YOUR INSTRUCTIONS -> Pull out every line below that holds the word "SUBTRACT".

PROVIDED INFORMATION ->
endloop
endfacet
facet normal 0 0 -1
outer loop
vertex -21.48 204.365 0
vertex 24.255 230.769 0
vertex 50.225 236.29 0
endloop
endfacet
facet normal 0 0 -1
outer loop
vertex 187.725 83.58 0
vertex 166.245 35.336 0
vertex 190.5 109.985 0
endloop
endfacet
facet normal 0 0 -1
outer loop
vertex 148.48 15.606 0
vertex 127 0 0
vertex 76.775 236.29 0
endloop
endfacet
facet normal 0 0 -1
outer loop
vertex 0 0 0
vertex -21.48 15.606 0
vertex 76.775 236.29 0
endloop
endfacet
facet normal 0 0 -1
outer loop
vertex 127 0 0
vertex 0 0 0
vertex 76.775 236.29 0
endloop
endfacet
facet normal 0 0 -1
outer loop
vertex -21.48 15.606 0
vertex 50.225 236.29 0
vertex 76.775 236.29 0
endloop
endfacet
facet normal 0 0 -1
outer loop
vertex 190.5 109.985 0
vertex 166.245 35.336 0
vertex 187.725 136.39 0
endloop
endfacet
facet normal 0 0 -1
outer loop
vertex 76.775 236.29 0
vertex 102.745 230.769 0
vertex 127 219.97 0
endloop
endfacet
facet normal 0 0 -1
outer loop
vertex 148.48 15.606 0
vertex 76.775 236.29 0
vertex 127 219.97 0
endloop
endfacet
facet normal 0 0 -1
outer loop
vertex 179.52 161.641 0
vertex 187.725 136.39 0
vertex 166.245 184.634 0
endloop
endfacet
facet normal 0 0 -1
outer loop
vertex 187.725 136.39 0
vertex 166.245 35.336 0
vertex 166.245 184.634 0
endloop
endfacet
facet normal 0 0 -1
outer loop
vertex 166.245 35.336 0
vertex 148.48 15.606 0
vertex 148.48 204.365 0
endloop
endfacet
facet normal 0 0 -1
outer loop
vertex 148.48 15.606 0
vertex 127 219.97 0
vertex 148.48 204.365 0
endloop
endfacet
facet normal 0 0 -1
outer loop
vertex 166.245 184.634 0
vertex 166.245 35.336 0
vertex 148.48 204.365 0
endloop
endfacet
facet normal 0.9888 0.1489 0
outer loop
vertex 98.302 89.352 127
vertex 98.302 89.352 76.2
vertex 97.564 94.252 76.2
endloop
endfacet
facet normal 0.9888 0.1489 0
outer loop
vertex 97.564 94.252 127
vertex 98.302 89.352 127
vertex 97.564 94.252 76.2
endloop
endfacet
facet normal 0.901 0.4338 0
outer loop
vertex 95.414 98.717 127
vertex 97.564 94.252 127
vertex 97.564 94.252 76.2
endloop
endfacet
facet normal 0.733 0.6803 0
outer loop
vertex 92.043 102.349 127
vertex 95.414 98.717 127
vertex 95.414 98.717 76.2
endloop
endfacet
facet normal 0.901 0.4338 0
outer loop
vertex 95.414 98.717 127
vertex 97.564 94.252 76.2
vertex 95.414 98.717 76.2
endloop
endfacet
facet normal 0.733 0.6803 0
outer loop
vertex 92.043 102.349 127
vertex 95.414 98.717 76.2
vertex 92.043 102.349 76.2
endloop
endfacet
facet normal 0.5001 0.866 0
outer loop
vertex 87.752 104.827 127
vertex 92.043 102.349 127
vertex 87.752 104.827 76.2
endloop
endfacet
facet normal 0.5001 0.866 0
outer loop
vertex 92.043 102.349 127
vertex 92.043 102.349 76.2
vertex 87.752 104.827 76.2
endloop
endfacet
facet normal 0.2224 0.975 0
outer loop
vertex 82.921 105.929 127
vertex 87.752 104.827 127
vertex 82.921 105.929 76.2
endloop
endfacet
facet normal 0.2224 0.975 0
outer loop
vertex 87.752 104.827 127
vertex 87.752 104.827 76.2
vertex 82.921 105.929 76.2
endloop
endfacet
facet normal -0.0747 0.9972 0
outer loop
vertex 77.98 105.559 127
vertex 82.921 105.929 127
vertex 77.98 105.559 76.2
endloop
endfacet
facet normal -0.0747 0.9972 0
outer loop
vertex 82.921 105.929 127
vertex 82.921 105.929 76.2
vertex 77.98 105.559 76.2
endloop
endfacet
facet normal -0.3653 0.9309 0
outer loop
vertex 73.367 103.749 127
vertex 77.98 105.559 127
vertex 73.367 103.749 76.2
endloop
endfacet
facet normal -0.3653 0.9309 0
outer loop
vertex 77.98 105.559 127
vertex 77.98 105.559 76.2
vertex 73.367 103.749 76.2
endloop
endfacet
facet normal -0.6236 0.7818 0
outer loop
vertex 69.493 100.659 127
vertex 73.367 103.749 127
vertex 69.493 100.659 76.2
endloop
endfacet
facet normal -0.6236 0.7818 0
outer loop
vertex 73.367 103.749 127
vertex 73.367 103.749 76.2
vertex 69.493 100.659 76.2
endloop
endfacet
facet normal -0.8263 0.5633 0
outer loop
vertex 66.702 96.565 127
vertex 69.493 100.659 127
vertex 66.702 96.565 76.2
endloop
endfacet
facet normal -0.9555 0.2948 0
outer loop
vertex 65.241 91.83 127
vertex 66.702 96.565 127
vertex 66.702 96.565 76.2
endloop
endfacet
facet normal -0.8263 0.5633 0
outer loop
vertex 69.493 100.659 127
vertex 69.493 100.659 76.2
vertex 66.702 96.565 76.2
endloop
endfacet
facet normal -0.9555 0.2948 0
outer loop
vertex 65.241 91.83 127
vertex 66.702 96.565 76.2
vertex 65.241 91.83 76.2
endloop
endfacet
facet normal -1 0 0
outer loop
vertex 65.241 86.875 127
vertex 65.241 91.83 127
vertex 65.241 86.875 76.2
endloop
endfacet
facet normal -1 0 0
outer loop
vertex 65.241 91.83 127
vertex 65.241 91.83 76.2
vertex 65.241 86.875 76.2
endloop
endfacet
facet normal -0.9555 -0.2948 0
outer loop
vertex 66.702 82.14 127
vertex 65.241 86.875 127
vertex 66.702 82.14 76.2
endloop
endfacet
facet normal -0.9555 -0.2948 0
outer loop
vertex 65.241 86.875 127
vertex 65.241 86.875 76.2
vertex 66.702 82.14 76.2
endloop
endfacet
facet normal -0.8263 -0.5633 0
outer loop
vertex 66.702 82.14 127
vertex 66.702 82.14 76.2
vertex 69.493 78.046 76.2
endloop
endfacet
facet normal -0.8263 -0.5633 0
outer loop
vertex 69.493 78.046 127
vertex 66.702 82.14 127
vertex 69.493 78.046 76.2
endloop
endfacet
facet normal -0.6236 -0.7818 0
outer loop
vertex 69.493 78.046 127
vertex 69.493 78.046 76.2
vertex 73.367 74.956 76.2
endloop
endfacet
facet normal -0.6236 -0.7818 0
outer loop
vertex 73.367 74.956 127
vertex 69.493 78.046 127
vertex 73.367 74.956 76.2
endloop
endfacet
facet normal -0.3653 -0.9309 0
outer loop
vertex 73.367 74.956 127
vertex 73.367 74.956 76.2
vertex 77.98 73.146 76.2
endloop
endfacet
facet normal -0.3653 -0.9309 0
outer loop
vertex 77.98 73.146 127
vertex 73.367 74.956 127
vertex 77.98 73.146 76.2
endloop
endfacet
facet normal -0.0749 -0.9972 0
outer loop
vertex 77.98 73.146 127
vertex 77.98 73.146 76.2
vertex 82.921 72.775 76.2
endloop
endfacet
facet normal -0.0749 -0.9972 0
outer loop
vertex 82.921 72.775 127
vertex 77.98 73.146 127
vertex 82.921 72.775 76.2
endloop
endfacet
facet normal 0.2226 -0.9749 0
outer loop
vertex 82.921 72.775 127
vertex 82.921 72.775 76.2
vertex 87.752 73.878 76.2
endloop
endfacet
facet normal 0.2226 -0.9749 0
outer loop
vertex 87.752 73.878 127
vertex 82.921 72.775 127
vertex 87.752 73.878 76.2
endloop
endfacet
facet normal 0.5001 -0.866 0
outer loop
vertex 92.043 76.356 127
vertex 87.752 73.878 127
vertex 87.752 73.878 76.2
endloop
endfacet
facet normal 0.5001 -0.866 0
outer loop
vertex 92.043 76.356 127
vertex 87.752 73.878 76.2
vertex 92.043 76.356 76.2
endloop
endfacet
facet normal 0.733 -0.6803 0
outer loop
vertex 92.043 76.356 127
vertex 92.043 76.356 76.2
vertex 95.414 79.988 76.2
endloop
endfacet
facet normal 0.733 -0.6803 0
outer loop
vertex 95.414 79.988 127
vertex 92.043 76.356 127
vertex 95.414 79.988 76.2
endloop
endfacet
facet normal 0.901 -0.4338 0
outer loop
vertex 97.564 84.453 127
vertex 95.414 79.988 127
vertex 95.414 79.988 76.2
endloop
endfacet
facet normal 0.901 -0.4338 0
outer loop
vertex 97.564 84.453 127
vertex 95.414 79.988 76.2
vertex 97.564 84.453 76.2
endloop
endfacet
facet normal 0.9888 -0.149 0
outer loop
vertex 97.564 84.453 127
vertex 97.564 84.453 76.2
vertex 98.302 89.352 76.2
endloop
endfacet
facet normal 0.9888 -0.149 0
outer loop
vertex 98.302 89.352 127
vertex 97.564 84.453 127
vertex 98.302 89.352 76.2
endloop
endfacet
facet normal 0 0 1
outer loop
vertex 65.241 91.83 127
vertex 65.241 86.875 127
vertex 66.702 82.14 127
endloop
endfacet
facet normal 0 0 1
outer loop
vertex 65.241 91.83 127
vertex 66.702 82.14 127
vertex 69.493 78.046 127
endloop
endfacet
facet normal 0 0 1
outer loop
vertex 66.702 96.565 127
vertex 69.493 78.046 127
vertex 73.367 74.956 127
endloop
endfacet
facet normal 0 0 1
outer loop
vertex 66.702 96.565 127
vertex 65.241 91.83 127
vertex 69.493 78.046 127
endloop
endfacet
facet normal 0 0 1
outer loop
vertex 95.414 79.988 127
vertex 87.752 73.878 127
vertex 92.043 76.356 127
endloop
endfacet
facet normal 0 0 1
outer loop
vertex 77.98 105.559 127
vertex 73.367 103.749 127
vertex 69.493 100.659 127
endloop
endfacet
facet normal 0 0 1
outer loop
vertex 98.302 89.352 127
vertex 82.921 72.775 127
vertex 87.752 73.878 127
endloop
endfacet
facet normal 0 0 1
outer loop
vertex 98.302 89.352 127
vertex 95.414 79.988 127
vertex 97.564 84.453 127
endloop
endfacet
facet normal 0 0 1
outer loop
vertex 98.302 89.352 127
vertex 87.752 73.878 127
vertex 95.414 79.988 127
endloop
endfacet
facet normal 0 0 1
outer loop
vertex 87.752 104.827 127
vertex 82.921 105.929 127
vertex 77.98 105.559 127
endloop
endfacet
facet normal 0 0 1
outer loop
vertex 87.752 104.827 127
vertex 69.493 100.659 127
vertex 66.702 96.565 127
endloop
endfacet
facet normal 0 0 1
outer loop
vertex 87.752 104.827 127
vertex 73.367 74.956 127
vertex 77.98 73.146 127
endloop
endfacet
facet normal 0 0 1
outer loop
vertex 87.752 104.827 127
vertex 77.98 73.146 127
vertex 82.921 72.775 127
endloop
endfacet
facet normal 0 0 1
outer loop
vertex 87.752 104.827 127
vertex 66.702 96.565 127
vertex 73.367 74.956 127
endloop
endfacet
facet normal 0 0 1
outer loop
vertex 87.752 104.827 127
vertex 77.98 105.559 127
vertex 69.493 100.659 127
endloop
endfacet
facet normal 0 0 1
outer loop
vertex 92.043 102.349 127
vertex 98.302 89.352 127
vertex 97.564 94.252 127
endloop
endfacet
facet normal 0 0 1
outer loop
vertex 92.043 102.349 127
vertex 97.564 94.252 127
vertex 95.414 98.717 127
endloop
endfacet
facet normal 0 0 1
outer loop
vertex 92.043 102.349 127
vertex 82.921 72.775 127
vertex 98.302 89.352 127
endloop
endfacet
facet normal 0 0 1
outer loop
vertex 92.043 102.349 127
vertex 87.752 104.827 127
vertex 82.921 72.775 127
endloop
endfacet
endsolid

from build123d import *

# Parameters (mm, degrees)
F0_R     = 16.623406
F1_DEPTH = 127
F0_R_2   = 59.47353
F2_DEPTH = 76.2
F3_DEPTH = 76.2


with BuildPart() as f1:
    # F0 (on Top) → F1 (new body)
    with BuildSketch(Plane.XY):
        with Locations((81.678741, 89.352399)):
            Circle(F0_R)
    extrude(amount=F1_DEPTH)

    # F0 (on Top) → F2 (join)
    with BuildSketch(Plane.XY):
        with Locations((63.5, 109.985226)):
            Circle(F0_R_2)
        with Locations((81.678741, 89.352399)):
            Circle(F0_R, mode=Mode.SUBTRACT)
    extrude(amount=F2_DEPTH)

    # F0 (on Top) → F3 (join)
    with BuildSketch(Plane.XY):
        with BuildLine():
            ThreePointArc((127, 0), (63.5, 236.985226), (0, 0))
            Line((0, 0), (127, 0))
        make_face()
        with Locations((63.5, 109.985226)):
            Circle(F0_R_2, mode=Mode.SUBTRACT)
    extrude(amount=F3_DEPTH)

SOLUTION TO THIS TASK ->
            Circle(F0_R, mode=Mode.SUBTRACT)
            Circle(F0_R_2, mode=Mode.SUBTRACT)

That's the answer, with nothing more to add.